Businesses availing of EWSS support on 31 Dec 2021 will continue to be supported until 30 April 2022. The scheme will be closed to new applicants from 1 Jan 2022
- 15 % Corporation Tax rate for companies with Revenue over €750M
The 12.5% Corporation Tax rate for companies with revenues of less than €750 million will remain in place. A new 15% CT rate will apply to companies whose revenue exceeds €750 million. It has not yet been confirmed when this change will apply.
- Digital Gaming tax credit
A new corporation tax credit has been announced aimed at providing companies in the digital gaming development sector with tax relief of 32% of eligible expenses (up to €25 million per project) incurred on the design, production and testing of a game.
- Accelerated Capital Allowances
The 100% first-year allowance will continue to be available until 31 December 2024.
- Start-up relief
The Start-up corporation tax relief has been extended by a further 5 years to the end of 2026 for qualifying companies.
- Rate Band Increases
The standard rate band will increase from €35,300 to €36,800 for single individuals and from €44,300 to €45,800 for married couples/civil partners with one earner, an increase of €1,500.
- Tax Credit Increases
The personal, employee and earned income tax credits will each increase by €50 from €1,650 to €1,700.
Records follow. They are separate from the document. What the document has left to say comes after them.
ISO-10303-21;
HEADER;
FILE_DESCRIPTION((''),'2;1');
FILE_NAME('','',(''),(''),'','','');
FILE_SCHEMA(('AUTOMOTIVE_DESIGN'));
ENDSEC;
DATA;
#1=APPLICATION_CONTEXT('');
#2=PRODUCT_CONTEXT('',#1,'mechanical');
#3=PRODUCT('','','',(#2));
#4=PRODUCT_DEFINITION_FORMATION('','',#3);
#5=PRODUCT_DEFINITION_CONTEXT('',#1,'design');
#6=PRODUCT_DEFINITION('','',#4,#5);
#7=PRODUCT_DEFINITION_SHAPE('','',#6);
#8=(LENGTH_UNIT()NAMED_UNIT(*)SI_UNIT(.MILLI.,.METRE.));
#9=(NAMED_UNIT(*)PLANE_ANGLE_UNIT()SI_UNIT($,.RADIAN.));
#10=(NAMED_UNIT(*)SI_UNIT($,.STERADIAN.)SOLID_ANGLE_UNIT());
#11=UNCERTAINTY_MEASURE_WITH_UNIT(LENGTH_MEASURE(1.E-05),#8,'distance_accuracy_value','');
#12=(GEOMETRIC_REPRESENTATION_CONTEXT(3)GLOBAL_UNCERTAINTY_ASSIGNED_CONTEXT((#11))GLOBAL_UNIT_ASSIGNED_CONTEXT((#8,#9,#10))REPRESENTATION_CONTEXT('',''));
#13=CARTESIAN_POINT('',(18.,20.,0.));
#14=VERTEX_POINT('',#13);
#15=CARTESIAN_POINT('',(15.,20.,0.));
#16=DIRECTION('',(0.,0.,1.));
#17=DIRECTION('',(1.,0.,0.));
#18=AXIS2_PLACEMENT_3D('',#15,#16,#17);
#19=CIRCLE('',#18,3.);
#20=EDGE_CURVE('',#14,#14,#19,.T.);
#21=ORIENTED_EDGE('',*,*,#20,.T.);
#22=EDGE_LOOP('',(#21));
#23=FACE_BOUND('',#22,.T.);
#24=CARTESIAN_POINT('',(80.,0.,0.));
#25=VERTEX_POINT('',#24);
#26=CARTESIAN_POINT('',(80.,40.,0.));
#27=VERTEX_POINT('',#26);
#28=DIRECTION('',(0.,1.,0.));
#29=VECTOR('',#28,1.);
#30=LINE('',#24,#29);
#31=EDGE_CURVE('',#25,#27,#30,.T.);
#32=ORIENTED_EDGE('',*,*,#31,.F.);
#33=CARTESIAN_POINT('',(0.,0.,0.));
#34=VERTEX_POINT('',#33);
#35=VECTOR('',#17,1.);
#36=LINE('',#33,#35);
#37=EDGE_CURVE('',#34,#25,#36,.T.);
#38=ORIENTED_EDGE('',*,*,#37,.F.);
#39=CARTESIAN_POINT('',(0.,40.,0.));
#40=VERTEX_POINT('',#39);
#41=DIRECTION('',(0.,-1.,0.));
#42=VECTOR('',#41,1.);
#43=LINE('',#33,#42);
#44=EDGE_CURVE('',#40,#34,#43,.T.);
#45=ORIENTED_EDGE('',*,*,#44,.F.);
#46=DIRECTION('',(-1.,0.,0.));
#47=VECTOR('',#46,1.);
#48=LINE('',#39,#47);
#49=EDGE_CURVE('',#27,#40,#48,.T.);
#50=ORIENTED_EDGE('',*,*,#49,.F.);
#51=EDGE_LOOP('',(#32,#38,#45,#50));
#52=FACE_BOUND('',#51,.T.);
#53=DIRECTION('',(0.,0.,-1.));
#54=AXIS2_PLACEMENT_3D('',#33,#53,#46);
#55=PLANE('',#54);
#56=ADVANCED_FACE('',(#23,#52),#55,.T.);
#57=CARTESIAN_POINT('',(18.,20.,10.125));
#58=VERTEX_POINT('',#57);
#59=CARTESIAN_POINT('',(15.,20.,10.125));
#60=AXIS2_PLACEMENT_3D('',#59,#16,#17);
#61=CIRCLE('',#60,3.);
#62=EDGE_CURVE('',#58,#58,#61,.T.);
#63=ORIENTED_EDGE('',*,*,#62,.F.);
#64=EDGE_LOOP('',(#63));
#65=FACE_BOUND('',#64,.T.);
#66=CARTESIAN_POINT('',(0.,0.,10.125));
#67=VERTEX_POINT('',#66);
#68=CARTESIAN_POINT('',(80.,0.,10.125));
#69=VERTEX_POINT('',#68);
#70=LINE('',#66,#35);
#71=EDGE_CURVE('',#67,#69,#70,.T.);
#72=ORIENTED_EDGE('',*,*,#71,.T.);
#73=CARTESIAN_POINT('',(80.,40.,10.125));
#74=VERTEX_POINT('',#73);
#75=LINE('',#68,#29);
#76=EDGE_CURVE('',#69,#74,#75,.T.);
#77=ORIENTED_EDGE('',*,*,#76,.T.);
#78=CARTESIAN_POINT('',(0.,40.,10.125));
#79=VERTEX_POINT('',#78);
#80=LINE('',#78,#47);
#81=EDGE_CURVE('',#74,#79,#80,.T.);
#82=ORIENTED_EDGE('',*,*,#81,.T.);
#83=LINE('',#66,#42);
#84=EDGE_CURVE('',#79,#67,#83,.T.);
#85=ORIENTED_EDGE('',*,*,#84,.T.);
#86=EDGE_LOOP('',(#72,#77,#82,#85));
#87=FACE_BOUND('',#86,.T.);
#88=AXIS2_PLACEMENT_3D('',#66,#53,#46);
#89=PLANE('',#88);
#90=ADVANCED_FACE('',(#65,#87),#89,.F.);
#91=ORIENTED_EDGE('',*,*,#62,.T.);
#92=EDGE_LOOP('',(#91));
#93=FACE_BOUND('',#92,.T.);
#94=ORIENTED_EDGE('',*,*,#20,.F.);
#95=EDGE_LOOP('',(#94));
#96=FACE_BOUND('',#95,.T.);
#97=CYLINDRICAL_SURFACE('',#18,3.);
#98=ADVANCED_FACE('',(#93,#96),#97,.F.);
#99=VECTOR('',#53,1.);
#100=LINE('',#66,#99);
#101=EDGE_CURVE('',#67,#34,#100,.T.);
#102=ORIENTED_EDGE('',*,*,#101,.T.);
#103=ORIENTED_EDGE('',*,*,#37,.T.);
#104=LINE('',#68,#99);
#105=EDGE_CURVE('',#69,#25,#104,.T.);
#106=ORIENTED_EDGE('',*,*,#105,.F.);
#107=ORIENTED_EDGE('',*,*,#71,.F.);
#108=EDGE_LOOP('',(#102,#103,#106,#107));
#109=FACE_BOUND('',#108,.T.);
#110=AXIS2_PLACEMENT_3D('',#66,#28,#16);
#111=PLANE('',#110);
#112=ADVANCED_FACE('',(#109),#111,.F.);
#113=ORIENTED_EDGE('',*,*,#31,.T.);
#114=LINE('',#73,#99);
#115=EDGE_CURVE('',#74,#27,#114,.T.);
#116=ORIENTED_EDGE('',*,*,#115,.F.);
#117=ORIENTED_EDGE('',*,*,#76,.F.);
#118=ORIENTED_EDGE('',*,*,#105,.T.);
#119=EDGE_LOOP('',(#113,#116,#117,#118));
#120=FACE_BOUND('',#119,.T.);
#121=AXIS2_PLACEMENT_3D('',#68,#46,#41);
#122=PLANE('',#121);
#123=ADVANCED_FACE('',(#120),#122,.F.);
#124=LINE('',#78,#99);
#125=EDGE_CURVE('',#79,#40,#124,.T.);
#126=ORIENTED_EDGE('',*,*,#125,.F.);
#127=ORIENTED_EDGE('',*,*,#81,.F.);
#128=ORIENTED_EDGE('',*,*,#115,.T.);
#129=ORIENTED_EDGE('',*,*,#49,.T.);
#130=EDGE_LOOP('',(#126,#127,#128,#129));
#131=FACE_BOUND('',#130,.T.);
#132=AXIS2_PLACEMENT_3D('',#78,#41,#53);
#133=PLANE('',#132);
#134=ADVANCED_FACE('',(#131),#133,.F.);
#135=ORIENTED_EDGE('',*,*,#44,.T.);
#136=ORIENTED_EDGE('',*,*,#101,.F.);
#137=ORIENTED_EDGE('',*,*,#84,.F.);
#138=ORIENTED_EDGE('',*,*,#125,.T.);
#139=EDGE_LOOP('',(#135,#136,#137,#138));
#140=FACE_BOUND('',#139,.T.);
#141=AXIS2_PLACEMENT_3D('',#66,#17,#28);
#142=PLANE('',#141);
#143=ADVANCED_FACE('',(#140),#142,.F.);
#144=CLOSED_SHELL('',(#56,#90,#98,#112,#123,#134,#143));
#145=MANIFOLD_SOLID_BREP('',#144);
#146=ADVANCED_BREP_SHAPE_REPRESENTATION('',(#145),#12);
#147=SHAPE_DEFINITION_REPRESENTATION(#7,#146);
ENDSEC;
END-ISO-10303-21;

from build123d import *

# Parameters (mm, degrees)
ESQUISSE1_W             = 80
ESQUISSE1_H             = 40
BOSS_EXTRU_2_DEPTH      = 10.125
ESQUISSE3_R             = 3
ENL_V_MAT_EXTRU_1_DEPTH = 10.125


with BuildPart() as part:
    # Esquisse1 → Boss.-Extru.2 (new body)
    with BuildSketch(Plane.XY):
        with Locations((40, 20)):
            Rectangle(ESQUISSE1_W, ESQUISSE1_H)
    extrude(amount=BOSS_EXTRU_2_DEPTH)

    # Esquisse3 → Enlèv. mat.-Extru.1 (cut)
    with BuildSketch(Plane.XY.offset(10.125)):
        with Locations((15, 20)):
            Circle(ESQUISSE3_R)
    extrude(amount=-ENL_V_MAT_EXTRU_1_DEPTH, mode=Mode.SUBTRACT)


solid = part.part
- Universal Social Charge (USC)
The 2% USC rate band will increase from €20,687 to €21,295 ensuring that a full-time adult worker who benefits from the increase in the hourly minimum wage rate from €10.20 to €10.50 will remain outside the top rates of USC.
- Remote Working
The income tax deduction for remote working will be increased to allow a 30% deduction for the cost of vouched expenses for heat, electricity, and broadband in respect of those days spent working from home.
- Pre-letting Expenses
Section 97A TCA 1997 provides for a deduction (capped at €5,000 per premises) from rental income for certain pre-letting expenditures. This will be extended for a further three years, to the end of 2024.
- Help To Buy Scheme
The Help to Buy Scheme is being extended at the current rates until the end of 2022, with a full review of the scheme due to be carried out during 2022
- Mirco-generation of electricity
A tax disregard (€200) is being introduced in respect of personal income received by households who sell residual electricity that they generate back to the grid.
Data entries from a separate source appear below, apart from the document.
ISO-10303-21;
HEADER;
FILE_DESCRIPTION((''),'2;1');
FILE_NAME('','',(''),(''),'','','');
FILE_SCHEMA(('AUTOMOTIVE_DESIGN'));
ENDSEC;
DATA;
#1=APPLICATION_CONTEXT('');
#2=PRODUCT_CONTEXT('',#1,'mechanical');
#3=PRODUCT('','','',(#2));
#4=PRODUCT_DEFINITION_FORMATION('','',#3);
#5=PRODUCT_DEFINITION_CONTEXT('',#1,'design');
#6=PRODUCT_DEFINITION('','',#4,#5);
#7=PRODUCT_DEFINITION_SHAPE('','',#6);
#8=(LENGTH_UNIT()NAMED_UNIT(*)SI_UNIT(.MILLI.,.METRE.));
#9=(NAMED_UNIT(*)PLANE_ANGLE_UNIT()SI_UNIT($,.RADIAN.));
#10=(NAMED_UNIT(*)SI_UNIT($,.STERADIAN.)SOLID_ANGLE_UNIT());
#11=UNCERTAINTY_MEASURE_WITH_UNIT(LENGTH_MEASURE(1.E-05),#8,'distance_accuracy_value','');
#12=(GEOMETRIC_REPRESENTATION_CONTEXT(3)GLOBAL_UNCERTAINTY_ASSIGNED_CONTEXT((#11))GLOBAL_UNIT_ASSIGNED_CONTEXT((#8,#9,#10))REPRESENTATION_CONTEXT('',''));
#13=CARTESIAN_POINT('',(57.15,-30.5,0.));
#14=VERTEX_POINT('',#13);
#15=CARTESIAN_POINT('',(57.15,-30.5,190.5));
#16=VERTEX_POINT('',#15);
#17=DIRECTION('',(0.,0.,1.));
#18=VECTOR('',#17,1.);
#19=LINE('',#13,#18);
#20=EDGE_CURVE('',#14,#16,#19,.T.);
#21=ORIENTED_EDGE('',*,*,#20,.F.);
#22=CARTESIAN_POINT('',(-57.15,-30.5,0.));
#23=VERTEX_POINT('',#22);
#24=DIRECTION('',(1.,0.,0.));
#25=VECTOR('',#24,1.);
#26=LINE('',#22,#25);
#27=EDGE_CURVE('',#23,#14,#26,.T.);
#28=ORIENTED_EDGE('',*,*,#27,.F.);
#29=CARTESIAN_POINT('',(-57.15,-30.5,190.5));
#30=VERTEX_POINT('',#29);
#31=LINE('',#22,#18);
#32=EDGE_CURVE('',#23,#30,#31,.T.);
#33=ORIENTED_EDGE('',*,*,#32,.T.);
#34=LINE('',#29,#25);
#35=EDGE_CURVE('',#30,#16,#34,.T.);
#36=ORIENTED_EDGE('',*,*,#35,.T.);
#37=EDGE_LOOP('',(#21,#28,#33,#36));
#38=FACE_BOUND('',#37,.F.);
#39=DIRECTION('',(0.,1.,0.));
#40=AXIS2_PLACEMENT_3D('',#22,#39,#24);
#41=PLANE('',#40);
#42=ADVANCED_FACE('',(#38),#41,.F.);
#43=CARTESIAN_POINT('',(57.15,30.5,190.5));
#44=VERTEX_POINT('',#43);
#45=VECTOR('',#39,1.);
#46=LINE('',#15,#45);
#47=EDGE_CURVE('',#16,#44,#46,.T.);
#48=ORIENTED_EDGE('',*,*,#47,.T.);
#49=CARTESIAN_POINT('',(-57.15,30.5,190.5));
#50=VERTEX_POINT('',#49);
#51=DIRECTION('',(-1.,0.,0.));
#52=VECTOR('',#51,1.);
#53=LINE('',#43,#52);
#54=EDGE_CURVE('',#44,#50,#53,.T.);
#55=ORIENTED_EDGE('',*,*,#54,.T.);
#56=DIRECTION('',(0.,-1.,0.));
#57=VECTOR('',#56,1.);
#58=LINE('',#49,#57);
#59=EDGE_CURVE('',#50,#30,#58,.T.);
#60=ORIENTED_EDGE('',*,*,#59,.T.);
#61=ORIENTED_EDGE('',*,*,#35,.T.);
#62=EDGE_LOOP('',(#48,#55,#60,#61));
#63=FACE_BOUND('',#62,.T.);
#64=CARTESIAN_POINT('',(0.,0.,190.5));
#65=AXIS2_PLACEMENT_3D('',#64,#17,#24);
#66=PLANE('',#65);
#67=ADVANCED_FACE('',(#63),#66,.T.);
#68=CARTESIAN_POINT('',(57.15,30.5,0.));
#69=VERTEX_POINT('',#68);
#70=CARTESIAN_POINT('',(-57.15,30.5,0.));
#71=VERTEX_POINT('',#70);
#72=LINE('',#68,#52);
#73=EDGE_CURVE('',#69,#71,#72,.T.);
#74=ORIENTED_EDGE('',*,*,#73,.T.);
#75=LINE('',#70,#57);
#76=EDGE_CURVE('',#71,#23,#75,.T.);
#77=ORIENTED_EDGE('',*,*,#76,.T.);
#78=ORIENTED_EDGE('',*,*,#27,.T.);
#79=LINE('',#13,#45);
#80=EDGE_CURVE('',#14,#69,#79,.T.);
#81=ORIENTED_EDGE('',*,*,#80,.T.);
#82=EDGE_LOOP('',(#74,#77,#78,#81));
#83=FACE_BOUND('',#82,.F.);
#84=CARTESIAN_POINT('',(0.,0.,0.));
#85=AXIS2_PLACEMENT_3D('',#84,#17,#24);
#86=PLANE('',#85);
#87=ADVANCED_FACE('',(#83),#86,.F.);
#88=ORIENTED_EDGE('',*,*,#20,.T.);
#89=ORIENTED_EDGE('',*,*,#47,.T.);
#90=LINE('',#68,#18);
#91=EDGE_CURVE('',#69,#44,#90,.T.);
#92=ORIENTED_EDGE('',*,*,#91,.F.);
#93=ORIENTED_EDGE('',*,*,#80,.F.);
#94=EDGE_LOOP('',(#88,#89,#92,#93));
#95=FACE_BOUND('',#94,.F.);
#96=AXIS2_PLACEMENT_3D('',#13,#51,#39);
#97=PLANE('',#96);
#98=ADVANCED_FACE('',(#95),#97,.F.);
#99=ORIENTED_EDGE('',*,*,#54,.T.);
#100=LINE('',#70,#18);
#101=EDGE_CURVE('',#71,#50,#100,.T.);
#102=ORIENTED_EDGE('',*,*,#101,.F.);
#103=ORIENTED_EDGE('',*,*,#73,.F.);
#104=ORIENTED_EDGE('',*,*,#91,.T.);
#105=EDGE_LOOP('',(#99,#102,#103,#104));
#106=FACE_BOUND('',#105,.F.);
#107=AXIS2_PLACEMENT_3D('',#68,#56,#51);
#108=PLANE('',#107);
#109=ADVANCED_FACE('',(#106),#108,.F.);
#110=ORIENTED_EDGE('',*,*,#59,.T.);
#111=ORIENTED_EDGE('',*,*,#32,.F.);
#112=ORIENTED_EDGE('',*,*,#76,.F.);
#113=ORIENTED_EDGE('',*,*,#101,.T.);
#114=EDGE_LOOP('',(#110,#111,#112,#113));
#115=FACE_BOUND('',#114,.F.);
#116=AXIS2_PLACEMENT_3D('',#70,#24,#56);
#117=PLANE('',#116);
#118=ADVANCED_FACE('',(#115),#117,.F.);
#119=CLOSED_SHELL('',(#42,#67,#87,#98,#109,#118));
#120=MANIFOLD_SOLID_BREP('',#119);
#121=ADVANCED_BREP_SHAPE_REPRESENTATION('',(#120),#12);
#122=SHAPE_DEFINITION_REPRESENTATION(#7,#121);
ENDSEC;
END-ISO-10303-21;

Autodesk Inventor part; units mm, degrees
ref_plane "YZ Plane" through (0, 0, 0) normal (1, 0, 0) x (0, 1, 0)
ref_plane "XZ Plane" through (0, 0, 0) normal (0, 1, 0) x (-1, 0, 0)
ref_plane "XY Plane" through (0, 0, 0) normal (0, 0, 1) x (1, 0, 0)
sketch "Sketch1" plane through (0, 0, 0) normal (0, 0, 1) x (1, 0, 0)
  line L0 (57.15, 30.5) -> (-57.15, 30.5)
  line L1 (-57.15, 30.5) -> (-57.15, -30.5)
  line L2 (-57.15, -30.5) -> (57.15, -30.5)
  line L3 (57.15, -30.5) -> (57.15, 30.5)
  line L4 (57.15, 30.5) -> (-57.15, -30.5) construction
  line L5 (-57.15, 30.5) -> (57.15, -30.5) construction
  point P0 (0, 0)
  dimension "d0" = 114.3
  dimension "d1" = 61
extrude "Extrusion1" add sketch "Sketch1" along normal blind 190.5
properties part number "PSU"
Indirect and Other Taxes Measures
The Employment Investment Incentive Scheme is being extended for a further 3 years. The requirement to have spent 30% of the investment funds before relief can be claimed will be removed. The scheme will also be made available to a wider range of investment funds. The rules regarding the redemption of their capital by investors will also be relaxed. Details will be included in the Finance Bill.
The 9% VAT rate for the hospitality sector will continue until the end of August 2022.
The farmers’ flat rate addition is reduced from 5.6% to 5.5% for 2022.
20c is added to the price of a packet of 20 cigarettes.
Rates for vehicles in emissions bands 1-8 remain the same;
There is a 1% increase for bands 9-12;
There is a 2% increase for bands 13-15;
There is a 4% increase for the remaining bands – 16-20.
- Electric vehicles – BIK exemption
The exemption is extended to 2025. It applies to battery vehicles. For the purpose of calculating BIK the exempt original market value will be reduced by a threshold figure from 2023. This will be tapered downwards as follows: 2023 – €35,000; 2024 – €20,000; 2025 – €10,000.
- Employers PRSI
The weekly income threshold for the higher rate of 11.05% is increased from €398 to €410 from 1 January 2022.
- Stock relief
The 25% relief for farmers is extended for a further 3 years.
The 100% relief for young, trained farmers is extended for another year as is the 50% relief for farmers in farm partnerships.
- Stamp duty relief for young, trained farmers
This full relief is extended for a further year.
- Zoned land tax
This tax will be introduced in the Finance Act 2021. The rate will be 3% of the market value of the land. There will be a 2-year lead-in time for land zoned before January 2022 and 3 years for land zoned from January 2022. This will replace the vacant site levy.